··· SUPPLIED INFORMATION

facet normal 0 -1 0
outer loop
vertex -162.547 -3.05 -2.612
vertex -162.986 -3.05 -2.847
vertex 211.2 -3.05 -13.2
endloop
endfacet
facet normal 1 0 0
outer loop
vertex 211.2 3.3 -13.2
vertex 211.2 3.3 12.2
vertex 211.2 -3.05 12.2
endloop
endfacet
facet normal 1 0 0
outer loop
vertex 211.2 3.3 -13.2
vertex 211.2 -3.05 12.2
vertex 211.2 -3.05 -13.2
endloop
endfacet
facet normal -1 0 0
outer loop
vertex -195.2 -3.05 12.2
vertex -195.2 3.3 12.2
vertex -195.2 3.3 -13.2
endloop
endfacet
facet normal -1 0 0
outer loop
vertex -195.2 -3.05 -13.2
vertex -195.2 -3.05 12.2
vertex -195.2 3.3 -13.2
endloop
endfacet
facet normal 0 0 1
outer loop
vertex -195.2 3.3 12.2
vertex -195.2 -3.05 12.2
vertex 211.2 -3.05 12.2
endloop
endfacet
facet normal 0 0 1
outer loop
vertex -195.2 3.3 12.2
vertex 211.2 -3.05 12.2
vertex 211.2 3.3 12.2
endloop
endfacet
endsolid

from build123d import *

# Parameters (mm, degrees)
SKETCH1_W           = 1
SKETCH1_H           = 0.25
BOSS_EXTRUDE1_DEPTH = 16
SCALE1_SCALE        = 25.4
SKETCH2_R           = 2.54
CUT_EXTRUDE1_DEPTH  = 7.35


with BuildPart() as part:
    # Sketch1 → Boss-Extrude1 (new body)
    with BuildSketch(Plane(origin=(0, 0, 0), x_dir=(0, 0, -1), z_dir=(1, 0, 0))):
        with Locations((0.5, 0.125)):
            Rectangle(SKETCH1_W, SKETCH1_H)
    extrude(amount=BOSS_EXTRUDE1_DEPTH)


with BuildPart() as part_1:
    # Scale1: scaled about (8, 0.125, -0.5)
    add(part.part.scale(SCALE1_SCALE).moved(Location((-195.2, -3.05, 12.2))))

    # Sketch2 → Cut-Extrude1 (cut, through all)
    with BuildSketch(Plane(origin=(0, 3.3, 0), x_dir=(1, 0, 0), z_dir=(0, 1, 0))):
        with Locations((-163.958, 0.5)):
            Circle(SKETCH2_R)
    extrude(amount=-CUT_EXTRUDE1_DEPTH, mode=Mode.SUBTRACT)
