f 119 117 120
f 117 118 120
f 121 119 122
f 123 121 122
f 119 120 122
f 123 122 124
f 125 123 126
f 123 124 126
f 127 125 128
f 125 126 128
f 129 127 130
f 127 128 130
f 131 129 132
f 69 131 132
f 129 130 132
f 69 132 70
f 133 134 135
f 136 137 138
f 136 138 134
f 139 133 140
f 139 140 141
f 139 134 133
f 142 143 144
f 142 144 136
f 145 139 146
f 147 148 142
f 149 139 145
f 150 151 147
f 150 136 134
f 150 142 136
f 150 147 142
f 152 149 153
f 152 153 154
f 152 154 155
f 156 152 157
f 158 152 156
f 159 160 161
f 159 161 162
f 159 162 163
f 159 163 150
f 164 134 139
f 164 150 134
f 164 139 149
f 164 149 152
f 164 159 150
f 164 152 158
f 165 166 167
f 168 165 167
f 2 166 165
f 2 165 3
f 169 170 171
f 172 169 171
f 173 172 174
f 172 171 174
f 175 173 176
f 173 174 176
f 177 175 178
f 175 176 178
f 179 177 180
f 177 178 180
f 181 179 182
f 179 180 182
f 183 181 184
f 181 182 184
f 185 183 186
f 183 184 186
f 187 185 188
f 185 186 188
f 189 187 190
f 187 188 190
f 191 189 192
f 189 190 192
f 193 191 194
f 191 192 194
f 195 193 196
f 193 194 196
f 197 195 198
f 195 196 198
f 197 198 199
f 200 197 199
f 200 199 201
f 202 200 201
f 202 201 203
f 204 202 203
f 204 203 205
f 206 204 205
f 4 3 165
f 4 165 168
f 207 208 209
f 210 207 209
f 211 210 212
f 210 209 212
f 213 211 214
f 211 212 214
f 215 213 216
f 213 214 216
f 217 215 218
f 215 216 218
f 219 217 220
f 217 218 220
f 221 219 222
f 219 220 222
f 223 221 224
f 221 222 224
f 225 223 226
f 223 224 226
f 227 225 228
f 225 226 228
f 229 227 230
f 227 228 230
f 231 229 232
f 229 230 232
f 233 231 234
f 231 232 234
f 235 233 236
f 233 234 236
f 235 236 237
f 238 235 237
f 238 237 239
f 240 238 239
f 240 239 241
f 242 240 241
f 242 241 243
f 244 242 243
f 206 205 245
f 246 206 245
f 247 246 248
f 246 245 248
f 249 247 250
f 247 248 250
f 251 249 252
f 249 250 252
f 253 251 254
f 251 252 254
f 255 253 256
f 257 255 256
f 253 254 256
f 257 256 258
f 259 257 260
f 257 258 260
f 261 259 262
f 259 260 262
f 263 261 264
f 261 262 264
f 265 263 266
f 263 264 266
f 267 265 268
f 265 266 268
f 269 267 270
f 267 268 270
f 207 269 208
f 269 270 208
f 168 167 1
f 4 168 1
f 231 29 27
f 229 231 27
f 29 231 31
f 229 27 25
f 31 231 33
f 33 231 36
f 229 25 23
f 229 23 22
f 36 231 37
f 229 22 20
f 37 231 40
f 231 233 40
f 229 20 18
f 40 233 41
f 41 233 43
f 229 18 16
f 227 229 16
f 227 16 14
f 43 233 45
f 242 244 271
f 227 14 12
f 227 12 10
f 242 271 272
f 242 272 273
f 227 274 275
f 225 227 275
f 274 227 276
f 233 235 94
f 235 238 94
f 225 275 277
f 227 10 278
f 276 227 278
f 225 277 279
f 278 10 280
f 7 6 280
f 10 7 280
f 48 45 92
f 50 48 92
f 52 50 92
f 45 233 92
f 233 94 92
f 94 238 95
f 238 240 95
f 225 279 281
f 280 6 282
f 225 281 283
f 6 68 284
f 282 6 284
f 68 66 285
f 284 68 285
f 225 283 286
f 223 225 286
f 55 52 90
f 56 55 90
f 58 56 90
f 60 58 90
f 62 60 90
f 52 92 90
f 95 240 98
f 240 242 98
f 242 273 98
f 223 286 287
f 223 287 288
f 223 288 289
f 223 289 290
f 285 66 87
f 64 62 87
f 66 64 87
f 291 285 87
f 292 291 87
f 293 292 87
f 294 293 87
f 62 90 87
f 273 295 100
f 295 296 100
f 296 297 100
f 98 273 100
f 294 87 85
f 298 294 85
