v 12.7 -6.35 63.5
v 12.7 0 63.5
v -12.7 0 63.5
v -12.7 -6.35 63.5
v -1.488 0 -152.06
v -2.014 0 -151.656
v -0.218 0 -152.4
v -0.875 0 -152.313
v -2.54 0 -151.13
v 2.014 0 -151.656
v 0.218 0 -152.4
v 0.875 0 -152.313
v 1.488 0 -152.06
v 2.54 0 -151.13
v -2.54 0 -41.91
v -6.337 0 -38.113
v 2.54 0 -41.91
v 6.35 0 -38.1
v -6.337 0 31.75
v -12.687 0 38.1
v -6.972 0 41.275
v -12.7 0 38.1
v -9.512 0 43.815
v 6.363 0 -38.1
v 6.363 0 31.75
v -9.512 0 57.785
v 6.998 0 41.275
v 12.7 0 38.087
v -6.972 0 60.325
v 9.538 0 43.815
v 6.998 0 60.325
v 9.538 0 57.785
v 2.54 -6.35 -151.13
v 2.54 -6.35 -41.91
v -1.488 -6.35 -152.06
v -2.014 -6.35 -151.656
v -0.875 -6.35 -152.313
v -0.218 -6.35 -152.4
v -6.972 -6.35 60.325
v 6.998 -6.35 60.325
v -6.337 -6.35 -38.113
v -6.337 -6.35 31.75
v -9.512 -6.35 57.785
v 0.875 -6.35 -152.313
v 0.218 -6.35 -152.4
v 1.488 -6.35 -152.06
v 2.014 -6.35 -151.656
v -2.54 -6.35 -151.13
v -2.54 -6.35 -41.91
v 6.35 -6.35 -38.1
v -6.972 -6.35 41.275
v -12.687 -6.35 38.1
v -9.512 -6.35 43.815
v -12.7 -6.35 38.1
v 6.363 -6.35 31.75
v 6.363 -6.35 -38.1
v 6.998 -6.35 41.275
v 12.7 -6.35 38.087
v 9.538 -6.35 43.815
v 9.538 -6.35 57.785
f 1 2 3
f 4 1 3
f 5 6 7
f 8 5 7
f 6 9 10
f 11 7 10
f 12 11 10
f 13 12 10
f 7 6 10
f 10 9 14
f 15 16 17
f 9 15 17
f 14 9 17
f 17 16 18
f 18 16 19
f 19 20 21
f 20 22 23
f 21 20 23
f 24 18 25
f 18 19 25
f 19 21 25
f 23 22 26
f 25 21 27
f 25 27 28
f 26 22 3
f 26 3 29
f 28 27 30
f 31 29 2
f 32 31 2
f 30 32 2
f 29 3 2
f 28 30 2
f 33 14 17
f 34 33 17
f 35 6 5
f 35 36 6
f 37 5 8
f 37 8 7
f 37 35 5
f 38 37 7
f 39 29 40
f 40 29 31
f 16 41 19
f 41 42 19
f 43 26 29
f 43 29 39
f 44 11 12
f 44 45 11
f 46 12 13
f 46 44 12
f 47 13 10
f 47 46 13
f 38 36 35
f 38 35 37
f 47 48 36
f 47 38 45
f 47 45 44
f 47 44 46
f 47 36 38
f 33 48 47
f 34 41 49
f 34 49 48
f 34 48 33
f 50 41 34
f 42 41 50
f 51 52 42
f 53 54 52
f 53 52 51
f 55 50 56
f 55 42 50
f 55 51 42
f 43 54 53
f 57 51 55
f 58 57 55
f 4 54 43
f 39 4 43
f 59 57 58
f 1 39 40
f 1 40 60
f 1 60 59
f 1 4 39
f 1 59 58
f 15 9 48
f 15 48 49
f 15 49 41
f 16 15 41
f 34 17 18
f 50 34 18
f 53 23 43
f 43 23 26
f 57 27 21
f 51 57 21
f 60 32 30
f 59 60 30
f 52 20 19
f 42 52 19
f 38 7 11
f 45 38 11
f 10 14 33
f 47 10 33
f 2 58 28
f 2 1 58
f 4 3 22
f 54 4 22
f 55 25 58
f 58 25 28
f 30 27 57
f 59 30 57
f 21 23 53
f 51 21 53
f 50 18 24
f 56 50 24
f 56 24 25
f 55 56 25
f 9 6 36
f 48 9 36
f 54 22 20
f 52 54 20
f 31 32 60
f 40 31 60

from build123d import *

# Parameters (mm, degrees)
F0_W        = 5.08
F0_H        = 114.3
F1_DEPTH    = 6.35
F2_SIZE     = 1.27
F3_R        = 2.54
F4_T1_DEPTH = 6.35
F4_T6_DEPTH = 6.35
F5_SIZE     = 2.54
F6_T1_DEPTH = 6.35
F6_T6_DEPTH = 6.35


# Not quite as in the source:
# - a fillet or chamfer that OpenCascade refuses, or shapes differently, is made with other operations: its cross-section is extruded or revolved along the edge and cut away or added


with BuildPart() as f1:
    # F0 (on Front) → F1 (new body)
    with BuildSketch(Plane.XZ):
        Polygon((12.7, 38.1), (12.7, 63.5), (-12.7, 63.5), (-12.7, 38.1), (-6.3373190351, 38.1), (-6.3373190351, -38.1), (-2.54, -38.1), (2.54, -38.1), (6.3626809649, -38.1), (6.3626809649, 38.1), align=None)
        Polygon((-9.5123190351, 60.325), (9.5376809649, 60.325), (9.5376809649, 41.275), (6.3626809649, 41.275), (-6.3373190351, 41.275), (-9.5123190351, 41.275), align=None, mode=Mode.SUBTRACT)
        with Locations((0, -95.25)):
            Rectangle(F0_W, F0_H)
    extrude(amount=F1_DEPTH)

    # F2
    f2_edges = [f1.edges().sort_by_distance(p)[0] for p in [
        (-2.54, -3.175, -152.4),
        (2.54, -3.175, -152.4),
    ]]
    chamfer(f2_edges, length=F2_SIZE)

    # F3
    f3_edges = [f1.edges().sort_by_distance(p)[0] for p in [
        (-1.27, -3.175, -152.4),
        (1.27, -3.175, -152.4),
    ]]
    fillet(f3_edges, radius=F3_R)

    # F4: chamfer of 3.81 on 2 edges, made by hand

    # F4_s2 → F4_t1 (join)
    with BuildSketch(Plane.XZ):
        Polygon((2.54, -41.91), (6.35, -38.1), (2.54, -38.1), align=None)
    extrude(amount=F4_T1_DEPTH)


with BuildPart() as f4_tool4:
    # F4_s5 → F4_t6 (new body)
    with BuildSketch(Plane.XZ):
        Polygon((-2.54, -41.91), (-6.35, -38.1), (-2.54, -38.1), align=None)
    extrude(amount=F4_T6_DEPTH)

    split(bisect_by=Plane.YZ.offset(-6.3373190351), keep=Keep.TOP)


with BuildPart() as f1_1:
    add(f1.part)

    # F4_t3: union F4_tool4
    add(f4_tool4.part)

    # F5
    f5_edges = [f1_1.edges().sort_by_distance(p)[0] for p in [
        (-9.512319, -3.175, 60.325),
        (9.537681, -3.175, 60.325),
        (-9.512319, -3.175, 41.275),
        (9.537681, -3.175, 41.275),
    ]]
    chamfer(f5_edges, length=F5_SIZE)

    # F6: chamfer of 6.35 on 2 edges, made by hand

    # F6_s2 → F6_t1 (join)
    with BuildSketch(Plane.XZ):
        Polygon((-12.6873190351, 38.1), (-6.3373190351, 31.75), (-6.3373190351, 38.1), align=None)
    extrude(amount=F6_T1_DEPTH)


with BuildPart() as f6_tool4:
    # F6_s5 → F6_t6 (new body)
    with BuildSketch(Plane.XZ):
        Polygon((6.3626809649, 31.75), (12.7126809649, 38.1), (6.3626809649, 38.1), align=None)
    extrude(amount=F6_T6_DEPTH)

    split(bisect_by=Plane.YZ.offset(12.7), keep=Keep.BOTTOM)


with BuildPart() as f1_2:
    add(f1_1.part)

    # F6_t3: union F6_tool4
    add(f6_tool4.part)


solid = f1_2.part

······

Among the lines above, find the one with "f 244 242 243" and the one with "f 261 259 262". Quote both and everything between them, exactly.

ANSWER SPACE:
f 244 242 243
f 206 205 245
f 246 206 245
f 247 246 248
f 246 245 248
f 249 247 250
f 247 248 250
f 251 249 252
f 249 250 252
f 253 251 254
f 251 252 254
f 255 253 256
f 257 255 256
f 253 254 256
f 257 256 258
f 259 257 260
f 257 258 260
f 261 259 262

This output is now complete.